#### TASK DETAILS
Write out the entries below exactly, from the first line to the one with "# 草图2 → 凸台-拉伸1 (new body)", both ends included.

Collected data
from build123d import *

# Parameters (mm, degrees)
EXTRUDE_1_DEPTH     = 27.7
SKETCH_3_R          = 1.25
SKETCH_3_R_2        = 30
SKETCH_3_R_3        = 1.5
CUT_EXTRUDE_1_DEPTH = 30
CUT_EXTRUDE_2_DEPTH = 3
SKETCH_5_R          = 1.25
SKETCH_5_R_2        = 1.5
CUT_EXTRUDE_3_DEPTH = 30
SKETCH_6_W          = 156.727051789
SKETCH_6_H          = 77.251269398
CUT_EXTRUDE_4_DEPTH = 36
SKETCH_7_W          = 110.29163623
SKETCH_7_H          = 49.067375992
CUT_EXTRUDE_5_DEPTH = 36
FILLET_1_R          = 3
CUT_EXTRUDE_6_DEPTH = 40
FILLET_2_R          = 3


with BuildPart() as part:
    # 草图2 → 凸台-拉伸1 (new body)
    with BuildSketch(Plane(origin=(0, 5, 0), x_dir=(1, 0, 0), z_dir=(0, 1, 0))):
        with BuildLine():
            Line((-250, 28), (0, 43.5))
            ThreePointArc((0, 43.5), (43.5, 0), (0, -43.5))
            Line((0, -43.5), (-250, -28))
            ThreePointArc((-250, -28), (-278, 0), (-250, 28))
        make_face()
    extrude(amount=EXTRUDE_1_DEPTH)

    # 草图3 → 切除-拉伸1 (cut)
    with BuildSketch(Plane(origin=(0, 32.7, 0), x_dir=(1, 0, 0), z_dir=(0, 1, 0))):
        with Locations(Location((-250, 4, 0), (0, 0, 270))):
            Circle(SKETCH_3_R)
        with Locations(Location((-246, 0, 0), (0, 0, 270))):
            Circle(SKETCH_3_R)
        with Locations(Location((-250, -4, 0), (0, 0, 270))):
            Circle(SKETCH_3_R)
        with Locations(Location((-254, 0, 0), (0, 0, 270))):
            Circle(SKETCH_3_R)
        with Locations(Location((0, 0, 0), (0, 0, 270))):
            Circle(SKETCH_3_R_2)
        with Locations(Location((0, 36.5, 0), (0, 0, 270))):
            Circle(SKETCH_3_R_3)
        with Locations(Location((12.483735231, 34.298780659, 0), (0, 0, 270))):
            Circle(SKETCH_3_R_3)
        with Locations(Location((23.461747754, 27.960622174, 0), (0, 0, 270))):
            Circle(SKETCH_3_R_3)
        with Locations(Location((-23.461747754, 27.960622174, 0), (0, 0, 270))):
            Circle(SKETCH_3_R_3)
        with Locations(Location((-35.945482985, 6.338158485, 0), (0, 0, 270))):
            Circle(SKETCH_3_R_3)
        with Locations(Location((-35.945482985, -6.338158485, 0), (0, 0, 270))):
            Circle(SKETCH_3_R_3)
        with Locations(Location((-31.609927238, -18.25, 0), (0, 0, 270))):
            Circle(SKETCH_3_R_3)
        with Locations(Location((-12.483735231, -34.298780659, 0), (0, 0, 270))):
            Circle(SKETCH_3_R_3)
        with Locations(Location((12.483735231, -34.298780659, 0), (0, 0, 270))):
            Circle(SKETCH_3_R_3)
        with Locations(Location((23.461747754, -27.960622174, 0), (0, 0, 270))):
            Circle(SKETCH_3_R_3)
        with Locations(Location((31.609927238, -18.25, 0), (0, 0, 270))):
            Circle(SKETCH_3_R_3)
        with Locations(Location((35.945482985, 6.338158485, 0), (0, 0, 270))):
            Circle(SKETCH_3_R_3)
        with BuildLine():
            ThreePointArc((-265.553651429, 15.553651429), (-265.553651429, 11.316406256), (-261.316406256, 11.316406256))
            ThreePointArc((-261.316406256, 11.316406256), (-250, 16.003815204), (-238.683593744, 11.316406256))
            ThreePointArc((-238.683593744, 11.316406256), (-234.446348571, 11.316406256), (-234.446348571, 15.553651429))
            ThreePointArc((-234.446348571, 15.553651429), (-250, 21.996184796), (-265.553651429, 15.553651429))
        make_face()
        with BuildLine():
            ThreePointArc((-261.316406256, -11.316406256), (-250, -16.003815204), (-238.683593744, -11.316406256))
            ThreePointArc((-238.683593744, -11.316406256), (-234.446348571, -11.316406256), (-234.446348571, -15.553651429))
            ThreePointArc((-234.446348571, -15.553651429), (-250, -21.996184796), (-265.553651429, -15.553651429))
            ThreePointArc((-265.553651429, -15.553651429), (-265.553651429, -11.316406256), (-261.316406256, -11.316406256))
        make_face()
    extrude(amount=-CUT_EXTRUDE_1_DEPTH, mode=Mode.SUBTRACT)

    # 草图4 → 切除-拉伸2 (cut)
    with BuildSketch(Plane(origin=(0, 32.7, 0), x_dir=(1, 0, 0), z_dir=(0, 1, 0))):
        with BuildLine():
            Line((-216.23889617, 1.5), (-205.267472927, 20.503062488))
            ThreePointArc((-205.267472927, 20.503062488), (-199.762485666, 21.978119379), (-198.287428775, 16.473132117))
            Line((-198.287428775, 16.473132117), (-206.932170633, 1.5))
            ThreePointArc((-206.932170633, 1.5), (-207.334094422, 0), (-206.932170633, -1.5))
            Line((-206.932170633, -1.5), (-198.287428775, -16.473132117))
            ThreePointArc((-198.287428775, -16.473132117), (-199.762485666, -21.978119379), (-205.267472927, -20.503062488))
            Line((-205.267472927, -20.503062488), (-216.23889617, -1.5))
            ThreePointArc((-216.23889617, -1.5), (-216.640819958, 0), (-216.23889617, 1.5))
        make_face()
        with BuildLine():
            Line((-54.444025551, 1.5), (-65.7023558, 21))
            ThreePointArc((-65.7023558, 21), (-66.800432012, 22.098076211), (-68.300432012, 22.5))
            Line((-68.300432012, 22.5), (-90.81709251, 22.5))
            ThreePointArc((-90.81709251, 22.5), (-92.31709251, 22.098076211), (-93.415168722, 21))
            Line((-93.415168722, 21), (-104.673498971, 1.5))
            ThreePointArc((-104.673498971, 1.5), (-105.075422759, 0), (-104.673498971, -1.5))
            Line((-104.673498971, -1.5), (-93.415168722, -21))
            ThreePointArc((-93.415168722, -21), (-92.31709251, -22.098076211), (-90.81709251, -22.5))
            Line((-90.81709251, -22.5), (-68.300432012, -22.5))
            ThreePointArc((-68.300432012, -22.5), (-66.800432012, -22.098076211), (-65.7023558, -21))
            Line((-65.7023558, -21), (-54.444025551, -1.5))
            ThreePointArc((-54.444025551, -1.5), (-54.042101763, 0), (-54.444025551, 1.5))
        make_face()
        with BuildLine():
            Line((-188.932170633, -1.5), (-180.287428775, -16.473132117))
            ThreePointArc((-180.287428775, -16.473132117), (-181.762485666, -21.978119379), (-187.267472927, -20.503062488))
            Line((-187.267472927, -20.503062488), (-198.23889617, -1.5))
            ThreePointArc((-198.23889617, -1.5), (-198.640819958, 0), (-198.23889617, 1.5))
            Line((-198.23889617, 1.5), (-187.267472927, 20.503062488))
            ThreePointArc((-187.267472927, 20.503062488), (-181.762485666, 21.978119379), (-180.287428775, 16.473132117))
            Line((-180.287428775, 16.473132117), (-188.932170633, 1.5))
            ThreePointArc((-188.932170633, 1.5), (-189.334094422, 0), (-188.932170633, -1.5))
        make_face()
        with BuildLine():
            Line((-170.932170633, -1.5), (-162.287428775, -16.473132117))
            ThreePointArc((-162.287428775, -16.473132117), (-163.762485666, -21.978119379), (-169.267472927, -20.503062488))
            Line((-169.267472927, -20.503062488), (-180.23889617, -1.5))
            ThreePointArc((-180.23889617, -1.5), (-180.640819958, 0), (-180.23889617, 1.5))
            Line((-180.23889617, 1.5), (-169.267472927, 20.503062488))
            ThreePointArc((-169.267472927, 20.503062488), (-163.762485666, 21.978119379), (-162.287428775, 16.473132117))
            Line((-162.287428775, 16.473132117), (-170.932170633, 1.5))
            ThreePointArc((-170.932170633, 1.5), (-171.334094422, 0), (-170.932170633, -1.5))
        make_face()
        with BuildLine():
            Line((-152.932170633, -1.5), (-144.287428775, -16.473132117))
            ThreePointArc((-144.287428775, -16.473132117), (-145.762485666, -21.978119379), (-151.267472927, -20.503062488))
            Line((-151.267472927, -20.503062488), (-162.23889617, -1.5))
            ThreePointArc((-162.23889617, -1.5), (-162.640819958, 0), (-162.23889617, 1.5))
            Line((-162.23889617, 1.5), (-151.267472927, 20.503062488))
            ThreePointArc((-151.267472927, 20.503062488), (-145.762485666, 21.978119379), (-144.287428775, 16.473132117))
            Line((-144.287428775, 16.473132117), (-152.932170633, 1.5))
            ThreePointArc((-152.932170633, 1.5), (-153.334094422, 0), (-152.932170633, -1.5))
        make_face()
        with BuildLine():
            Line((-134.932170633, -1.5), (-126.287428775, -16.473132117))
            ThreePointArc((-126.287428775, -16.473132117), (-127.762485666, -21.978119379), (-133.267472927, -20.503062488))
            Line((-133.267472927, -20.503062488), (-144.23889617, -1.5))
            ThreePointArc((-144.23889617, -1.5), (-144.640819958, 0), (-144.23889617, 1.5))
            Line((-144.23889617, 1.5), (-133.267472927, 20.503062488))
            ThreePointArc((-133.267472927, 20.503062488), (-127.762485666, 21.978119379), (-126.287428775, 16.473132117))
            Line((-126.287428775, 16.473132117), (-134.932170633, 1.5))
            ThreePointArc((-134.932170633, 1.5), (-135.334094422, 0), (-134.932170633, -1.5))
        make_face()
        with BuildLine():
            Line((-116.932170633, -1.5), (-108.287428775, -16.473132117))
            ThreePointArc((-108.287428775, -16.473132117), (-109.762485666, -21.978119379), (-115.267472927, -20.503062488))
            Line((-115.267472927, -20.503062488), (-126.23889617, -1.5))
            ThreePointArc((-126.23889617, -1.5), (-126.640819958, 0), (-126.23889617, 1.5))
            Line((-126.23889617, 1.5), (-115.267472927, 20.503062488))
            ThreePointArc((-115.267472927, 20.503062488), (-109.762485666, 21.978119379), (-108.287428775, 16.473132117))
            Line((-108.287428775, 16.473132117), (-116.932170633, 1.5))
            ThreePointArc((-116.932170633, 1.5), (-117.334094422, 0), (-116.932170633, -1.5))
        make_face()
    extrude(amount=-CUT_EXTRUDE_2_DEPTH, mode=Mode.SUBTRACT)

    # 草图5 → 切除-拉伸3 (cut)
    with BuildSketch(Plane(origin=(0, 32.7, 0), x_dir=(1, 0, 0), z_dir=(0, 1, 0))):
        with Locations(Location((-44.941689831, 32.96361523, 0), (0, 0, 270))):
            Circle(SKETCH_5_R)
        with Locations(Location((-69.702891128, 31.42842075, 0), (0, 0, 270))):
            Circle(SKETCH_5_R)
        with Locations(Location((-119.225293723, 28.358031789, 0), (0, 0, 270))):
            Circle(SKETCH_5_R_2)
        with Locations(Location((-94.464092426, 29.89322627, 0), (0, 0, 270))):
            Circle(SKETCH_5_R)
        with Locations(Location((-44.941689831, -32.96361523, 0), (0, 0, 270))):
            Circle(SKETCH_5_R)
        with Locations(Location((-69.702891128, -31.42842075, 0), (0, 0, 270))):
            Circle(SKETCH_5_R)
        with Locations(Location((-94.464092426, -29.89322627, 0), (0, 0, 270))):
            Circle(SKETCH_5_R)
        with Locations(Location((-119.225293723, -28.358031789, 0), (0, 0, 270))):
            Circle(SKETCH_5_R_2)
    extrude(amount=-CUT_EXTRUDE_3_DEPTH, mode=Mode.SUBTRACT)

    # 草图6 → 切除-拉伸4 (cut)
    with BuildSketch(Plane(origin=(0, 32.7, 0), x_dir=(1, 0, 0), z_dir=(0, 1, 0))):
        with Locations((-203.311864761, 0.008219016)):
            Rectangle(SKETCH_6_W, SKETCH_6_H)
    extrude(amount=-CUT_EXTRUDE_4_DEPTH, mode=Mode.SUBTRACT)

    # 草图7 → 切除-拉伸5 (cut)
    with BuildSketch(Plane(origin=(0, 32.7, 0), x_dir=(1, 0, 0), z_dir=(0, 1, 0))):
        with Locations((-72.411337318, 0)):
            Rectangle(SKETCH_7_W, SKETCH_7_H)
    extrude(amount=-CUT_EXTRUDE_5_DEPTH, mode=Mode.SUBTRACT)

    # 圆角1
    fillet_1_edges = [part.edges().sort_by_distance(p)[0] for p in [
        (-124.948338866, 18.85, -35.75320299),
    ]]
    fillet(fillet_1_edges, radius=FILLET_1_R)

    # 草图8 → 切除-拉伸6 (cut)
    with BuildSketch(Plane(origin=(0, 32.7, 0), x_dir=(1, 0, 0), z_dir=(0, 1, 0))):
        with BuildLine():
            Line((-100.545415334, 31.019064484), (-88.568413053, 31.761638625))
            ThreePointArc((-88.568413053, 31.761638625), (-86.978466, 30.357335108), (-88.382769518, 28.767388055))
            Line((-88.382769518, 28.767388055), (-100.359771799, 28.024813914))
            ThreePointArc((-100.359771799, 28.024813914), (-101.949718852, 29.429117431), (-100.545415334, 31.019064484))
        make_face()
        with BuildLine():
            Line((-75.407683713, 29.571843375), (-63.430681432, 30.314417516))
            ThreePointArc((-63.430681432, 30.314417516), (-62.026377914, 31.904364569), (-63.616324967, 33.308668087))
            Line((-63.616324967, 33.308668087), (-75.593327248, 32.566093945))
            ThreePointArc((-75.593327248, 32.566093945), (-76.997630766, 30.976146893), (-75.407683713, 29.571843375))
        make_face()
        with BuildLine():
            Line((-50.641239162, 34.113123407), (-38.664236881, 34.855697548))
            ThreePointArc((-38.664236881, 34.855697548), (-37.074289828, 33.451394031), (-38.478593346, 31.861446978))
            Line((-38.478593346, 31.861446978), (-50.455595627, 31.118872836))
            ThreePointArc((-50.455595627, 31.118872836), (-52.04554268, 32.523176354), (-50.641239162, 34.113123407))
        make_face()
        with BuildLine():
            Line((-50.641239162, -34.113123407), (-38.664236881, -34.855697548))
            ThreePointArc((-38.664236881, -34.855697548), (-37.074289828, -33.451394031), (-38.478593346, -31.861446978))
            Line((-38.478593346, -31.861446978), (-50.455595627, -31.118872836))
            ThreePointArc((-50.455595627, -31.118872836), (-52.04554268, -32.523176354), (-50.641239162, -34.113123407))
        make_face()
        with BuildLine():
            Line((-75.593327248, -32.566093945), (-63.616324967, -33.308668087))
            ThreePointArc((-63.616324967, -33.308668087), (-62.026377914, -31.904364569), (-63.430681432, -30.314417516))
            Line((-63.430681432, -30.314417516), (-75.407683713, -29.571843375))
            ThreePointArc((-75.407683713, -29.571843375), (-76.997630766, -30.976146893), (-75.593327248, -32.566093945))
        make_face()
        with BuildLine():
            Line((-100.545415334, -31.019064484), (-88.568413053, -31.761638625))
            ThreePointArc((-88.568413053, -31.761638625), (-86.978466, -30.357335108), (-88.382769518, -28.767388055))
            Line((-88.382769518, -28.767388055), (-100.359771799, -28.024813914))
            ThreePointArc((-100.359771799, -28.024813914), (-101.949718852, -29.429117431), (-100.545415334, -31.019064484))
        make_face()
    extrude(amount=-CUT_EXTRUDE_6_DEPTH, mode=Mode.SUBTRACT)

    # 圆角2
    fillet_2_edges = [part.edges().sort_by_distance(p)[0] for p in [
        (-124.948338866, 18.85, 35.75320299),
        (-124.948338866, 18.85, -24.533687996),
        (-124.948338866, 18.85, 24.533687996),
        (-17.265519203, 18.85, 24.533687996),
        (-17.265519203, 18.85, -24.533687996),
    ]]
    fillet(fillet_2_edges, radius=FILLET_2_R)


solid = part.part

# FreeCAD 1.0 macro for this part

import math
import FreeCAD as App
import Part
import Sketcher
from FreeCAD import Vector
Q = App.Units.Quantity


def edges_at(feature, points):
    """Names of the edges that pass closest to the given points."""
    edges = feature.Shape.Edges
    near = lambda p: min(range(len(edges)), key=lambda i: edges[i].distToShape(Part.Vertex(*p))[0])
    return sorted({f"Edge{near(p) + 1}" for p in points})


def add_polygon(sketch, points):
    """Adds a closed chain of lines whose ends are joined by coincident constraints."""
    first, n = sketch.GeometryCount, len(points)
    for a, b in zip(points, points[1:] + points[:1]):
        sketch.addGeometry(Part.LineSegment(App.Vector(*a, 0), App.Vector(*b, 0)), False)
    for i in range(n):
        sketch.addConstraint(Sketcher.Constraint("Coincident", first + i, 2, first + (i + 1) % n, 1))

doc = App.newDocument("Part")
body = doc.addObject("PartDesign::Body", "Body")

# Sketch on XZ plane
sketch1 = doc.addObject("Sketcher::SketchObject", "Sketch")
body.addObject(sketch1)
sketch1.AttachmentSupport = (doc.XZ_Plane, [""])
sketch1.MapMode = "FlatFace"
sketch1.AttachmentOffset = App.Placement(Vector(0, 0, -5), App.Rotation())
sketch1.addGeometry(Part.LineSegment(Vector(0, -44, 0), Vector(-250, -28, 0)), False)
sketch1.addGeometry(Part.ArcOfCircle(Part.Circle(Vector(-250, 0, 0), Vector(0, 0, 1), 28), math.radians(90), math.radians(270)), False)
sketch1.addGeometry(Part.LineSegment(Vector(-250, 28, 0), Vector(0, 44, 0)), False)
sketch1.addGeometry(Part.ArcOfCircle(Part.Circle(Vector(0, 0, 0), Vector(0, 0, 1), 44), math.radians(-90), math.radians(90)), False)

#### YOUR SOLUTION
from build123d import *

# Parameters (mm, degrees)
EXTRUDE_1_DEPTH     = 27.7
SKETCH_3_R          = 1.25
SKETCH_3_R_2        = 30
SKETCH_3_R_3        = 1.5
CUT_EXTRUDE_1_DEPTH = 30
CUT_EXTRUDE_2_DEPTH = 3
SKETCH_5_R          = 1.25
SKETCH_5_R_2        = 1.5
CUT_EXTRUDE_3_DEPTH = 30
SKETCH_6_W          = 156.727051789
SKETCH_6_H          = 77.251269398
CUT_EXTRUDE_4_DEPTH = 36
SKETCH_7_W          = 110.29163623
SKETCH_7_H          = 49.067375992
CUT_EXTRUDE_5_DEPTH = 36
FILLET_1_R          = 3
CUT_EXTRUDE_6_DEPTH = 40
FILLET_2_R          = 3


with BuildPart() as part:
    # 草图2 → 凸台-拉伸1 (new body)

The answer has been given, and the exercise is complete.